### THE DATA
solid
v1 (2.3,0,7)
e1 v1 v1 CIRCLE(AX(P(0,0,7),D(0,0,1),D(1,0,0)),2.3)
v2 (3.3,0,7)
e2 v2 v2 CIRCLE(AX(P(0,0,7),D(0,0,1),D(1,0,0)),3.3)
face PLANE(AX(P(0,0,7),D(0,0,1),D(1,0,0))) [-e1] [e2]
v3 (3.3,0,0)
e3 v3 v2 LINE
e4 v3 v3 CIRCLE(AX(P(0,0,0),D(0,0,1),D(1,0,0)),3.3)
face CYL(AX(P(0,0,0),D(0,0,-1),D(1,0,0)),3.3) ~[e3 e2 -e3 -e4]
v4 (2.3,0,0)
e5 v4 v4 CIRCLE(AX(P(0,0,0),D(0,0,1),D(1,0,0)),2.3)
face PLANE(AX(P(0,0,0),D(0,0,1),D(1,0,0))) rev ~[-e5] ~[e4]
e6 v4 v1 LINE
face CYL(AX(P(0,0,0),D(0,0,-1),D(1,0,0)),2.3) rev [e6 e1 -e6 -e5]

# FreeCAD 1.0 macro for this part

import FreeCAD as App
import Part
import Sketcher

V = App.Vector
Q = App.Units.Quantity

doc = App.newDocument("Part")
body = doc.addObject("PartDesign::Body", "Body")

sketch1 = body.newObject("Sketcher::SketchObject", "Sketch")
sketch1.AttachmentSupport = (doc.getObject("XY_Plane"), [""])
sketch1.MapMode = "FlatFace"
sketch1.addGeometry(Part.Circle(V(0, 0, 0), V(0, 0, 1), 3.3), False)
sketch1.addGeometry(Part.Circle(V(0, 0, 0), V(0, 0, 1), 2.3), False)
sketch1.addConstraint(Sketcher.Constraint("Coincident", 0, 3, -1, 1))
sketch1.addConstraint(Sketcher.Constraint("Coincident", 1, 3, -1, 1))
sketch1.addConstraint(Sketcher.Constraint("Diameter", 1, Q("4.6 mm")))
sketch1.addConstraint(Sketcher.Constraint("Diameter", 0, Q("6.6 mm")))
pad1 = body.newObject("PartDesign::Pad", "Pad")
pad1.Profile = sketch1
pad1.Length = 7

doc.recompute()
######
*WHAT IS EXPECTED*: Could you write out all the records exactly, please?

*SOLUTION TO THE PROBLEM*:
solid
v1 (2.3,0,7)
e1 v1 v1 CIRCLE(AX(P(0,0,7),D(0,0,1),D(1,0,0)),2.3)
v2 (3.3,0,7)
e2 v2 v2 CIRCLE(AX(P(0,0,7),D(0,0,1),D(1,0,0)),3.3)
face PLANE(AX(P(0,0,7),D(0,0,1),D(1,0,0))) [-e1] [e2]
v3 (3.3,0,0)
e3 v3 v2 LINE
e4 v3 v3 CIRCLE(AX(P(0,0,0),D(0,0,1),D(1,0,0)),3.3)
face CYL(AX(P(0,0,0),D(0,0,-1),D(1,0,0)),3.3) ~[e3 e2 -e3 -e4]
v4 (2.3,0,0)
e5 v4 v4 CIRCLE(AX(P(0,0,0),D(0,0,1),D(1,0,0)),2.3)
face PLANE(AX(P(0,0,0),D(0,0,1),D(1,0,0))) rev ~[-e5] ~[e4]
e6 v4 v1 LINE
face CYL(AX(P(0,0,0),D(0,0,-1),D(1,0,0)),2.3) rev [e6 e1 -e6 -e5]

# FreeCAD 1.0 macro for this part

import FreeCAD as App
import Part
import Sketcher

V = App.Vector
Q = App.Units.Quantity

doc = App.newDocument("Part")
body = doc.addObject("PartDesign::Body", "Body")

sketch1 = body.newObject("Sketcher::SketchObject", "Sketch")
sketch1.AttachmentSupport = (doc.getObject("XY_Plane"), [""])
sketch1.MapMode = "FlatFace"
sketch1.addGeometry(Part.Circle(V(0, 0, 0), V(0, 0, 1), 3.3), False)
sketch1.addGeometry(Part.Circle(V(0, 0, 0), V(0, 0, 1), 2.3), False)
sketch1.addConstraint(Sketcher.Constraint("Coincident", 0, 3, -1, 1))
sketch1.addConstraint(Sketcher.Constraint("Coincident", 1, 3, -1, 1))
sketch1.addConstraint(Sketcher.Constraint("Diameter", 1, Q("4.6 mm")))
sketch1.addConstraint(Sketcher.Constraint("Diameter", 0, Q("6.6 mm")))
pad1 = body.newObject("PartDesign::Pad", "Pad")
pad1.Profile = sketch1
pad1.Length = 7

doc.recompute()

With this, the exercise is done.